After the first post on FPCA of the Golden Cheetah Open Data Dan Connelly (@djconnel) pointed out that since the FPCA uses basis functions the fit would improve after taking the log of power. Going back through the initial attempt there was heteroskedasticity in the residuals with errors increasing at long durations. Sure enough after taking the log things improved so here goes the updated post. The cleaned up code will be put up by Mark Liversedge in keeping with the open data collaborative approach.
Getting back to the post at hand, the GC data has 2,445 data sets with at least 100 power files and MMP extending past 7,200 seconds. These files were used for the analysis, all others were excluded. I ran the analysis in R using the fdapace package. The purpose of functional principal component analysis is to describe time series data in the fewest number of independent functions.
The data:
The results of the analysis:
The scree plot shows that the PC1 (the first function) accounts for about 75% of the variability in the data. PC2 is still notable at 15% of the variability, and PC3 falling off to 2.5% of the variability. For our purposes we stop after PC3 because from there improvements in fits are trivial and the functions become less intuitive or interpret-able in what they represent performance wise.

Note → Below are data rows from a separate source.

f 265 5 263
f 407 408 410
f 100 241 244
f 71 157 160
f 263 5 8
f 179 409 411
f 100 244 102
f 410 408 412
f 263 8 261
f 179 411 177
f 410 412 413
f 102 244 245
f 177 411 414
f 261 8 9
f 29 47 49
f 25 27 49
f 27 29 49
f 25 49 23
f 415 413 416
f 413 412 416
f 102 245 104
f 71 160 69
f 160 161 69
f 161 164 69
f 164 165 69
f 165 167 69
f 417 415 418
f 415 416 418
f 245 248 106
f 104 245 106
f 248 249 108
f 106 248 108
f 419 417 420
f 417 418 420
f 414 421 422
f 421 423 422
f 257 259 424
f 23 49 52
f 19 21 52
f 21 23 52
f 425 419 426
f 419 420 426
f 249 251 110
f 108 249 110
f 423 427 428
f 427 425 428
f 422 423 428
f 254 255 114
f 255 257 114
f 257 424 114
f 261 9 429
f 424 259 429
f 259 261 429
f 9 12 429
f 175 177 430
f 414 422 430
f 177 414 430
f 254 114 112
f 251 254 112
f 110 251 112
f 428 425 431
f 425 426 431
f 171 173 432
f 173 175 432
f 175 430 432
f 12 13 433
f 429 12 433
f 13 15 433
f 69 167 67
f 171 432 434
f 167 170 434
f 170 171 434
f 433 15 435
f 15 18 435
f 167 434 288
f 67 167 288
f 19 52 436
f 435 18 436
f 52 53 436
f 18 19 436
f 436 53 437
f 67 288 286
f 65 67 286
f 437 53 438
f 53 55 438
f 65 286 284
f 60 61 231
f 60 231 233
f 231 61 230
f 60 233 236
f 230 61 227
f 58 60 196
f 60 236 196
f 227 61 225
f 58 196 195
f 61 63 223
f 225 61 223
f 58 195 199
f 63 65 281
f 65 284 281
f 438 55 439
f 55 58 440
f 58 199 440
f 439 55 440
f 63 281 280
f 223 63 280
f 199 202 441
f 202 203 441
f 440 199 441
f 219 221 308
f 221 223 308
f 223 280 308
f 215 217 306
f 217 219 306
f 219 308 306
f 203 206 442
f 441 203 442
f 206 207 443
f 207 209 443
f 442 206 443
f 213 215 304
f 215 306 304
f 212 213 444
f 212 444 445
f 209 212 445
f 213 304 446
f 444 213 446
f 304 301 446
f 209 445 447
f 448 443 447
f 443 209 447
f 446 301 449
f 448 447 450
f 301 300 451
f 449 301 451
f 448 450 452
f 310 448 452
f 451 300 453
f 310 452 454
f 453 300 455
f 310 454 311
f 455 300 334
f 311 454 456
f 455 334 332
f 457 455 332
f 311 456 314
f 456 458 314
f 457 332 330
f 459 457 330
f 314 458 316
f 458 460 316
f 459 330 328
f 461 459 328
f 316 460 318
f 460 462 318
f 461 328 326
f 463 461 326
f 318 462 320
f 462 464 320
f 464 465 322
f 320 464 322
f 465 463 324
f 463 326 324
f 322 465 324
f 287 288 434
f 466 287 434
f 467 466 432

The mean function has a familiar sigmoid shape of the power duration curve in cyclists. This mean function is the starting point for the fits from which PC1, PC2, and PC3 are added or subtracted to optimize the fit.

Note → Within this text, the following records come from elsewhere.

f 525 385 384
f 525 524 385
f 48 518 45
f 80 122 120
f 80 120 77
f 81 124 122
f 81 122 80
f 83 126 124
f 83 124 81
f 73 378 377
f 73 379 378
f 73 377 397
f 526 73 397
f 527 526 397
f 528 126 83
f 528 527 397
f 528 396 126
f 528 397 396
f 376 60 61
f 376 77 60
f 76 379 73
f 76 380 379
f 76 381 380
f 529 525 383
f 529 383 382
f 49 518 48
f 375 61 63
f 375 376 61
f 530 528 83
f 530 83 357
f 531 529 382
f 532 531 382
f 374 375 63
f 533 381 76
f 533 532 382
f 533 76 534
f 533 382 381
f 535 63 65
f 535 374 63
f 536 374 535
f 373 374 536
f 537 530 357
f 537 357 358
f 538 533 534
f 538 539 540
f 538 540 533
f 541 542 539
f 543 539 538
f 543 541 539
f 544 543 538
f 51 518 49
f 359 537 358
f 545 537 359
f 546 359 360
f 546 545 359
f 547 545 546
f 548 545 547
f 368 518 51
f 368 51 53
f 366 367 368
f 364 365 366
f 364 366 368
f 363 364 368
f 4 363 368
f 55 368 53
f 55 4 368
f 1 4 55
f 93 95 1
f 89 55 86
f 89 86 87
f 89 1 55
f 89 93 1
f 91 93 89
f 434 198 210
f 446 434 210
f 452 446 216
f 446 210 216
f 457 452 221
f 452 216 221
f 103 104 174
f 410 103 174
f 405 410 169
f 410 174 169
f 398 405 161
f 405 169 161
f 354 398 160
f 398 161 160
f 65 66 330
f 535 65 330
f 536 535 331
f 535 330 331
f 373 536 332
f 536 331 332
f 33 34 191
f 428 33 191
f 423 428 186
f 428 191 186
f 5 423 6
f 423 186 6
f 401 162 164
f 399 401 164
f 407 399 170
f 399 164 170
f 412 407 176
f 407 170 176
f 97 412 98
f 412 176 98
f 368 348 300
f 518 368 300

Looking at PC1,2, and 3 may or may not be intuitive at first glance. So the mode of variance plots are generated which help visualize how they change the fit.
PC1 essentially raises or lowers the curve in a manner that is slightly greater at shorter than longer durations. PC1 can be understood as an overall ability. Higher PC1 indicates superior performance ability and PC2 indicates lower performance ability.
PC2 captures the anticorrelation between sprint and endurance ability or twitchedness (the ratio between fast twitch and slow twitch motor units). Higher PC2 indicate greater slow twitch and endurance while lower values indicate greater fast twitch and sprint ability.
PC3 appears to describe what might be described as sprint endurance. Higher values indicate a poorer sprint endurance (possibly anaerobic glycolysis or W’) relative to all out sprint and pure endurance while lower values indicate superior sprint endurance relative to all out sprint and endurance abilities.
Internal validation of the fits looks very good:
Note that the mean percent residual is near zero and flat with no weird hops or kinks. The blue line is 2 standard deviations of the percent residuals of model fits using the PC1, PC2, and PC3, while the red line uses just PC1, and PC2.
An outlier plot….
And how do the fits actually look on the individual level (below are 120 fits selected by random in R to give you some sense of how the individual fits look):
These fits look fantastic, particularly when it is considered that the models describes a span from 1 – 7,200 s with just 3 fitted parameters (and would work nearly as well with just 2 fitted parameters).
Some limitations of this approach (among others) are that we are not explicitly specifying an physiologic model so the model will at times produce physiologically implausible fits (for example a span where power increases at longer durations) for some poor quality data points. There isn’t really a way to prevent that other than to maybe throw a warning for non-monotonic predictions. Also, the quality of the model is dependent on the data set used to generate it. It may not generalize well to athlete phenotypes not represented in the reference data set. Likewise, interpretation of the PC values is relative to the reference data set. For example you can say an athlete is in the 90th percentile for PC1 but not that athlete has a critical power of 300 watts. The other thing I should have done here is to reserve a subset of the data for cross-validations or written a loop to check a leave one out cross validation.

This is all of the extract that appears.